A regular flat collar is useless, I have no control with that. I prefer the prong collar, but getting it off and on is a struggle, as he won't sit still. He wants to jump and lick and act like a wild dog. Wild dog, pretty much is accurate. Tomorrow I am going to check into a gentle leader type collar.

My question to you with more experience is..which behavior do I focus on first. Let's say I get him quiet and settled down...then what? Is there an order of things, that will work better? 

I am so excited to take on this challenge, but believe me it is a bit overwhelming. He has a puppy mentality, but with the size and strength of a one year old. My hunch says this guy has had very little human interaction in his life. 

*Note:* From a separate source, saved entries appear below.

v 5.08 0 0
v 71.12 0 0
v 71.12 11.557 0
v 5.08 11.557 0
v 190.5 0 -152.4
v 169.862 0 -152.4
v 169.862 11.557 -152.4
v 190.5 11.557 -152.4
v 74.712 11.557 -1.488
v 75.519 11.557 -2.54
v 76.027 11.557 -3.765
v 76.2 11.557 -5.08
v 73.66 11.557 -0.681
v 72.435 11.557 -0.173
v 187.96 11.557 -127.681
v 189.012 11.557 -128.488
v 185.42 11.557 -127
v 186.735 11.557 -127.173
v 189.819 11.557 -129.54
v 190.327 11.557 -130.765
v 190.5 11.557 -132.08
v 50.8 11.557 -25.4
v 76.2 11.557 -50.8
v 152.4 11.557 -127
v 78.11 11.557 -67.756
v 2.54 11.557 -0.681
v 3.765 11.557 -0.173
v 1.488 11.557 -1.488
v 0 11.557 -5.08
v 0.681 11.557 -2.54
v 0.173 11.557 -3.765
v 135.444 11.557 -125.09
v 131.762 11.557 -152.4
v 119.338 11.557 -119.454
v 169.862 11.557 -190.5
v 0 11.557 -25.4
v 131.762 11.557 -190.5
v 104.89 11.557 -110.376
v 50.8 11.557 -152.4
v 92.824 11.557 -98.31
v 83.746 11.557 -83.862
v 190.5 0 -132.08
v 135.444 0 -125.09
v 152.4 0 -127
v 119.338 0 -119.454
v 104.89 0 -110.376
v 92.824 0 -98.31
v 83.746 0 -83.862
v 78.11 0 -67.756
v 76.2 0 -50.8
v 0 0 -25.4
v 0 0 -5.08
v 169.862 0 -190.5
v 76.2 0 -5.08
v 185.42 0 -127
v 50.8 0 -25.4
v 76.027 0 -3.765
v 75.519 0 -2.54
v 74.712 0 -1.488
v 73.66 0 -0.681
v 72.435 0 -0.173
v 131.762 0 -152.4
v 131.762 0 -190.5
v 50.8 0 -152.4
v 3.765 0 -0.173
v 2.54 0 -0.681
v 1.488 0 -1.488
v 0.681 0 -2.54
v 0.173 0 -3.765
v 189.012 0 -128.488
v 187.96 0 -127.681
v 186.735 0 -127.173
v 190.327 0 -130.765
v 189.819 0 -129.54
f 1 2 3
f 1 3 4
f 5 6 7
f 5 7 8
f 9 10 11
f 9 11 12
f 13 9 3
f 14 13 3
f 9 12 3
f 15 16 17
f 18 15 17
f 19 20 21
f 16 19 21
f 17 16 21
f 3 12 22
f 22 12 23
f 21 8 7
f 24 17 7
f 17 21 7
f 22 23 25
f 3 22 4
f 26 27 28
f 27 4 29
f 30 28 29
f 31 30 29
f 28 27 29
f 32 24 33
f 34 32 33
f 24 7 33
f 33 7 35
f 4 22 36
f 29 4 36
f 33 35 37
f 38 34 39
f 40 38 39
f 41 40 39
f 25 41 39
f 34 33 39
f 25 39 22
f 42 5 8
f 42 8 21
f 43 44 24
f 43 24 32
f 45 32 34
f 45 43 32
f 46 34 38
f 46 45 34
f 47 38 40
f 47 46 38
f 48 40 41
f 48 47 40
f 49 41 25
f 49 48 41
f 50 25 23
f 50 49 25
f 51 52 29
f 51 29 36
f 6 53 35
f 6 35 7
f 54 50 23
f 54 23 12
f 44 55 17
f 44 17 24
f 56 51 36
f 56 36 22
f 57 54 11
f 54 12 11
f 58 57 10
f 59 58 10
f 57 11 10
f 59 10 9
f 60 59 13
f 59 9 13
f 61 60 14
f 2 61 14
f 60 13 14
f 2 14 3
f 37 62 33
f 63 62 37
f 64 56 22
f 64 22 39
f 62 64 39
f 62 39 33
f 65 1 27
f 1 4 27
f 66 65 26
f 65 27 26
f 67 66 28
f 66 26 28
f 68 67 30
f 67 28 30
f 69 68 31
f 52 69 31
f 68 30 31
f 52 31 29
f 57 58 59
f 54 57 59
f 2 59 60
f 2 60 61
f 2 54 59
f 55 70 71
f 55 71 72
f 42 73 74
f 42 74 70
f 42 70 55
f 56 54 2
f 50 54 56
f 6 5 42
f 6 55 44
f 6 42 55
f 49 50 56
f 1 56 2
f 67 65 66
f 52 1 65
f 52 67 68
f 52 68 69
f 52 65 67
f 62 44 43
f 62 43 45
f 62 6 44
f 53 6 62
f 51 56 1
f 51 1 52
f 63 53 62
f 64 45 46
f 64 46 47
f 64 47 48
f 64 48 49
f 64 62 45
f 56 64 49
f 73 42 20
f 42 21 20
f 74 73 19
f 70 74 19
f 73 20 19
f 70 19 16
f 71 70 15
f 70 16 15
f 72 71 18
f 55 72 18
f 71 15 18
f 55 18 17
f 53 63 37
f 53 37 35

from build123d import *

# Parameters (mm, degrees)
BOSS_EXTRUDE1_DEPTH = 11.557
FILLET1_R           = 5.08


with BuildPart() as part:
    # Sketch1 → Boss-Extrude1 (new body)
    with BuildSketch(Plane(origin=(0, 0, 0), x_dir=(1, 0, 0), z_dir=(0, 1, 0))):
        with BuildLine():
            Line((50.8, 25.4), (50.8, 152.4))
            Line((50.8, 152.4), (131.7625, 152.4))
            Line((131.7625, 152.4), (131.7625, 190.5))
            Line((131.7625, 190.5), (169.8625, 190.5))
            Line((169.8625, 190.5), (169.8625, 152.4))
            Line((169.8625, 152.4), (190.5, 152.4))
            Line((190.5, 152.4), (190.5, 127))
            Line((190.5, 127), (152.4, 127))
            ThreePointArc((152.4, 127), (98.518463274, 104.681536726), (76.2, 50.8))
            Line((76.2, 50.8), (76.2, 0))
            Line((76.2, 0), (0, 0))
            Line((0, 0), (0, 25.4))
            Line((0, 25.4), (50.8, 25.4))
        make_face()
    extrude(amount=BOSS_EXTRUDE1_DEPTH)

    # Fillet1
    fillet1_edges = [part.edges().sort_by_distance(p)[0] for p in [
        (190.5, 5.7785, -127),
        (76.2, 5.7785, 0),
        (0, 5.7785, 0),
    ]]
    fillet(fillet1_edges, radius=FILLET1_R)


solid = part.part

I would love to hear your ideas/suggestions on what should be my first priority in bringing some control into this guys world. The goal is to ultimately make him feel confident and someday become a permanent member of his future forever family. I just need the knowledge to make this happen for him. 

Thanks


----------



## sagelfn (Aug 13, 2009)

I would teach SIT first, its easiest and most handy..sit to bet pet, sit to get food, sit to go outside, sit to do pretty much everything..if he's sitting he's not jumping around like a wild man too. good luck


----------



## JerzeyGSD (Jun 26, 2008)

I've always heard (but have never fostered) to just treat them like an 8 week old puppy and start with the basics.


----------



## DorianE (Jan 5, 2009)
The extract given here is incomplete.